AIM OF THE TASK: A complete, word-for-word restatement of the entries is needed.

GIVEN RECORDS: Begin

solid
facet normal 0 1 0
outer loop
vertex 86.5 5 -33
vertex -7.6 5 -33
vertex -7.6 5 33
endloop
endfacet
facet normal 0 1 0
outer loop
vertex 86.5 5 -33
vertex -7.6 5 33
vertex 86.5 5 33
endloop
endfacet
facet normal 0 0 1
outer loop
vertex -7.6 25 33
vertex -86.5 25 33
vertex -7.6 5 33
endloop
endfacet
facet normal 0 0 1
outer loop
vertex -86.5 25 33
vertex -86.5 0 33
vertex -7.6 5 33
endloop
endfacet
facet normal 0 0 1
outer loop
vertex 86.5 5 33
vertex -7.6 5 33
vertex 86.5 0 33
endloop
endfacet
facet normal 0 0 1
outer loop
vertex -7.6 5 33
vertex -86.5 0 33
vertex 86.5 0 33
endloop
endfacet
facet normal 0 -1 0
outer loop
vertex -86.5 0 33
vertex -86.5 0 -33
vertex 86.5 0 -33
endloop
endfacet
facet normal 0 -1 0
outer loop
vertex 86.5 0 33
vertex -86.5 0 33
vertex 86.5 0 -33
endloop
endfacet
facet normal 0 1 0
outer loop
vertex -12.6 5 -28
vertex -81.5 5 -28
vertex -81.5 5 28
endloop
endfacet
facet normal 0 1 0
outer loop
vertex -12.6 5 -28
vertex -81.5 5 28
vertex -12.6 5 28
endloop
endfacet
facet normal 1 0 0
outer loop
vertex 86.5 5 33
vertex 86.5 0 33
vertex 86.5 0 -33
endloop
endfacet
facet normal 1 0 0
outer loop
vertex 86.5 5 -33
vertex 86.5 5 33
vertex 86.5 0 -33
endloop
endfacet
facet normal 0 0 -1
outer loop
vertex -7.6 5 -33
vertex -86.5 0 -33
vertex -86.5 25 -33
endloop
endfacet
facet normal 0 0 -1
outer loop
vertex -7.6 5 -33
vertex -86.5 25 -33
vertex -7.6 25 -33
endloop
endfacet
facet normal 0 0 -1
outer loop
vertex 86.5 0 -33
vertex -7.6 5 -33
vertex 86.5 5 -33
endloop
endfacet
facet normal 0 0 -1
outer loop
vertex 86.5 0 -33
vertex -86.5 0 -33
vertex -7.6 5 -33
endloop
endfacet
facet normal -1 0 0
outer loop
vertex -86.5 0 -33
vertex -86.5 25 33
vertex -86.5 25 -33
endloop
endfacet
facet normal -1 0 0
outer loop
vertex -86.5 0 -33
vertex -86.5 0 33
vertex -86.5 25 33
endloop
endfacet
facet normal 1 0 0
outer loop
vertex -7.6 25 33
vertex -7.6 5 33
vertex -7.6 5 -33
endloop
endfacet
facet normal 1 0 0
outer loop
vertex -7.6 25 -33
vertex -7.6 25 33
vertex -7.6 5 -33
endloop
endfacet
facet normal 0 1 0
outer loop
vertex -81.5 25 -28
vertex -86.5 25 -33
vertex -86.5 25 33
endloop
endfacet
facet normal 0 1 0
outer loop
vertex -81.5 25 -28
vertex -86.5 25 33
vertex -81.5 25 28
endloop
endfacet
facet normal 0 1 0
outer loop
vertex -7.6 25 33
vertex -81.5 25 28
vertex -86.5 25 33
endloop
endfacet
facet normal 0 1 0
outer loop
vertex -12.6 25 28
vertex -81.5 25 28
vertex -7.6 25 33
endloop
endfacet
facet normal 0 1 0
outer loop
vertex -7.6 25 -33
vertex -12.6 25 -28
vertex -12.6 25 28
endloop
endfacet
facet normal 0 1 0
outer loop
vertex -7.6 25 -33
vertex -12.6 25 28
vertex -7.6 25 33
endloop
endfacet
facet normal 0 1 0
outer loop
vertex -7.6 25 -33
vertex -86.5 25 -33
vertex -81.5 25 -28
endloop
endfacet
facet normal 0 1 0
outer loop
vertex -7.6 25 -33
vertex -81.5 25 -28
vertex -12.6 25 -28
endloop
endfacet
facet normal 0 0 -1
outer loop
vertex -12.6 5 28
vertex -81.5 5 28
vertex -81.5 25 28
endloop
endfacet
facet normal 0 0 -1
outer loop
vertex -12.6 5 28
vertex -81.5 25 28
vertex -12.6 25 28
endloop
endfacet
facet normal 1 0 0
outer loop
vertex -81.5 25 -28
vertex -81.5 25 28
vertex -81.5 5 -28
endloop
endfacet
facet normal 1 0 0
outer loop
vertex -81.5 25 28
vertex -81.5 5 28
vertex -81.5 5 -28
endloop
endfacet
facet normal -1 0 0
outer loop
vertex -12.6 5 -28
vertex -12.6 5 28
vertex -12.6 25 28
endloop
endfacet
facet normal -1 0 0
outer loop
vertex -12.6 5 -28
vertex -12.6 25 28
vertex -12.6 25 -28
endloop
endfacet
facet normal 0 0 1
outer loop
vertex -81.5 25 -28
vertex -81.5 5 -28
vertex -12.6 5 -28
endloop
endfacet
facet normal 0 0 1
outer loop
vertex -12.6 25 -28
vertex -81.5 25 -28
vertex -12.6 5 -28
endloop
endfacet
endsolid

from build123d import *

# Parameters (mm, degrees)
SKETCH1_W           = 173
SKETCH1_H           = 66
BOSS_EXTRUDE1_DEPTH = 5
SKETCH3_W           = 78.9
SKETCH3_H           = 66
BOSS_EXTRUDE2_DEPTH = 20
SHELL1_T            = -5


with BuildPart() as part:
    # Sketch1 → Boss-Extrude1 (new body)
    with BuildSketch(Plane(origin=(0, 0, 0), x_dir=(1, 0, 0), z_dir=(0, 1, 0))):
        Rectangle(SKETCH1_W, SKETCH1_H)
    extrude(amount=BOSS_EXTRUDE1_DEPTH)

    # Sketch3 → Boss-Extrude2 (add)
    with BuildSketch(Plane(origin=(0, 5, 0), x_dir=(1, 0, 0), z_dir=(0, 1, 0))):
        with Locations((-47.05, 0)):
            Rectangle(SKETCH3_W, SKETCH3_H)
    extrude(amount=BOSS_EXTRUDE2_DEPTH)

    # Shell1
    shell1_openings = [part.faces().sort_by_distance(p)[0] for p in [
        (-47.05, 25, 0),
    ]]
    offset(amount=SHELL1_T, openings=shell1_openings, kind=Kind.INTERSECTION)


solid = part.part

GIVEN RECORDS: End

RESULT BELOW:
solid
facet normal 0 1 0
outer loop
vertex 86.5 5 -33
vertex -7.6 5 -33
vertex -7.6 5 33
endloop
endfacet
facet normal 0 1 0
outer loop
vertex 86.5 5 -33
vertex -7.6 5 33
vertex 86.5 5 33
endloop
endfacet
facet normal 0 0 1
outer loop
vertex -7.6 25 33
vertex -86.5 25 33
vertex -7.6 5 33
endloop
endfacet
facet normal 0 0 1
outer loop
vertex -86.5 25 33
vertex -86.5 0 33
vertex -7.6 5 33
endloop
endfacet
facet normal 0 0 1
outer loop
vertex 86.5 5 33
vertex -7.6 5 33
vertex 86.5 0 33
endloop
endfacet
facet normal 0 0 1
outer loop
vertex -7.6 5 33
vertex -86.5 0 33
vertex 86.5 0 33
endloop
endfacet
facet normal 0 -1 0
outer loop
vertex -86.5 0 33
vertex -86.5 0 -33
vertex 86.5 0 -33
endloop
endfacet
facet normal 0 -1 0
outer loop
vertex 86.5 0 33
vertex -86.5 0 33
vertex 86.5 0 -33
endloop
endfacet
facet normal 0 1 0
outer loop
vertex -12.6 5 -28
vertex -81.5 5 -28
vertex -81.5 5 28
endloop
endfacet
facet normal 0 1 0
outer loop
vertex -12.6 5 -28
vertex -81.5 5 28
vertex -12.6 5 28
endloop
endfacet
facet normal 1 0 0
outer loop
vertex 86.5 5 33
vertex 86.5 0 33
vertex 86.5 0 -33
endloop
endfacet
facet normal 1 0 0
outer loop
vertex 86.5 5 -33
vertex 86.5 5 33
vertex 86.5 0 -33
endloop
endfacet
facet normal 0 0 -1
outer loop
vertex -7.6 5 -33
vertex -86.5 0 -33
vertex -86.5 25 -33
endloop
endfacet
facet normal 0 0 -1
outer loop
vertex -7.6 5 -33
vertex -86.5 25 -33
vertex -7.6 25 -33
endloop
endfacet
facet normal 0 0 -1
outer loop
vertex 86.5 0 -33
vertex -7.6 5 -33
vertex 86.5 5 -33
endloop
endfacet
facet normal 0 0 -1
outer loop
vertex 86.5 0 -33
vertex -86.5 0 -33
vertex -7.6 5 -33
endloop
endfacet
facet normal -1 0 0
outer loop
vertex -86.5 0 -33
vertex -86.5 25 33
vertex -86.5 25 -33
endloop
endfacet
facet normal -1 0 0
outer loop
vertex -86.5 0 -33
vertex -86.5 0 33
vertex -86.5 25 33
endloop
endfacet
facet normal 1 0 0
outer loop
vertex -7.6 25 33
vertex -7.6 5 33
vertex -7.6 5 -33
endloop
endfacet
facet normal 1 0 0
outer loop
vertex -7.6 25 -33
vertex -7.6 25 33
vertex -7.6 5 -33
endloop
endfacet
facet normal 0 1 0
outer loop
vertex -81.5 25 -28
vertex -86.5 25 -33
vertex -86.5 25 33
endloop
endfacet
facet normal 0 1 0
outer loop
vertex -81.5 25 -28
vertex -86.5 25 33
vertex -81.5 25 28
endloop
endfacet
facet normal 0 1 0
outer loop
vertex -7.6 25 33
vertex -81.5 25 28
vertex -86.5 25 33
endloop
endfacet
facet normal 0 1 0
outer loop
vertex -12.6 25 28
vertex -81.5 25 28
vertex -7.6 25 33
endloop
endfacet
facet normal 0 1 0
outer loop
vertex -7.6 25 -33
vertex -12.6 25 -28
vertex -12.6 25 28
endloop
endfacet
facet normal 0 1 0
outer loop
vertex -7.6 25 -33
vertex -12.6 25 28
vertex -7.6 25 33
endloop
endfacet
facet normal 0 1 0
outer loop
vertex -7.6 25 -33
vertex -86.5 25 -33
vertex -81.5 25 -28
endloop
endfacet
facet normal 0 1 0
outer loop
vertex -7.6 25 -33
vertex -81.5 25 -28
vertex -12.6 25 -28
endloop
endfacet
facet normal 0 0 -1
outer loop
vertex -12.6 5 28
vertex -81.5 5 28
vertex -81.5 25 28
endloop
endfacet
facet normal 0 0 -1
outer loop
vertex -12.6 5 28
vertex -81.5 25 28
vertex -12.6 25 28
endloop
endfacet
facet normal 1 0 0
outer loop
vertex -81.5 25 -28
vertex -81.5 25 28
vertex -81.5 5 -28
endloop
endfacet
facet normal 1 0 0
outer loop
vertex -81.5 25 28
vertex -81.5 5 28
vertex -81.5 5 -28
endloop
endfacet
facet normal -1 0 0
outer loop
vertex -12.6 5 -28
vertex -12.6 5 28
vertex -12.6 25 28
endloop
endfacet
facet normal -1 0 0
outer loop
vertex -12.6 5 -28
vertex -12.6 25 28
vertex -12.6 25 -28
endloop
endfacet
facet normal 0 0 1
outer loop
vertex -81.5 25 -28
vertex -81.5 5 -28
vertex -12.6 5 -28
endloop
endfacet
facet normal 0 0 1
outer loop
vertex -12.6 25 -28
vertex -81.5 25 -28
vertex -12.6 5 -28
endloop
endfacet
endsolid

from build123d import *

# Parameters (mm, degrees)
SKETCH1_W           = 173
SKETCH1_H           = 66
BOSS_EXTRUDE1_DEPTH = 5
SKETCH3_W           = 78.9
SKETCH3_H           = 66
BOSS_EXTRUDE2_DEPTH = 20
SHELL1_T            = -5


with BuildPart() as part:
    # Sketch1 → Boss-Extrude1 (new body)
    with BuildSketch(Plane(origin=(0, 0, 0), x_dir=(1, 0, 0), z_dir=(0, 1, 0))):
        Rectangle(SKETCH1_W, SKETCH1_H)
    extrude(amount=BOSS_EXTRUDE1_DEPTH)

    # Sketch3 → Boss-Extrude2 (add)
    with BuildSketch(Plane(origin=(0, 5, 0), x_dir=(1, 0, 0), z_dir=(0, 1, 0))):
        with Locations((-47.05, 0)):
            Rectangle(SKETCH3_W, SKETCH3_H)
    extrude(amount=BOSS_EXTRUDE2_DEPTH)

    # Shell1
    shell1_openings = [part.faces().sort_by_distance(p)[0] for p in [
        (-47.05, 25, 0),
    ]]
    offset(amount=SHELL1_T, openings=shell1_openings, kind=Kind.INTERSECTION)


solid = part.part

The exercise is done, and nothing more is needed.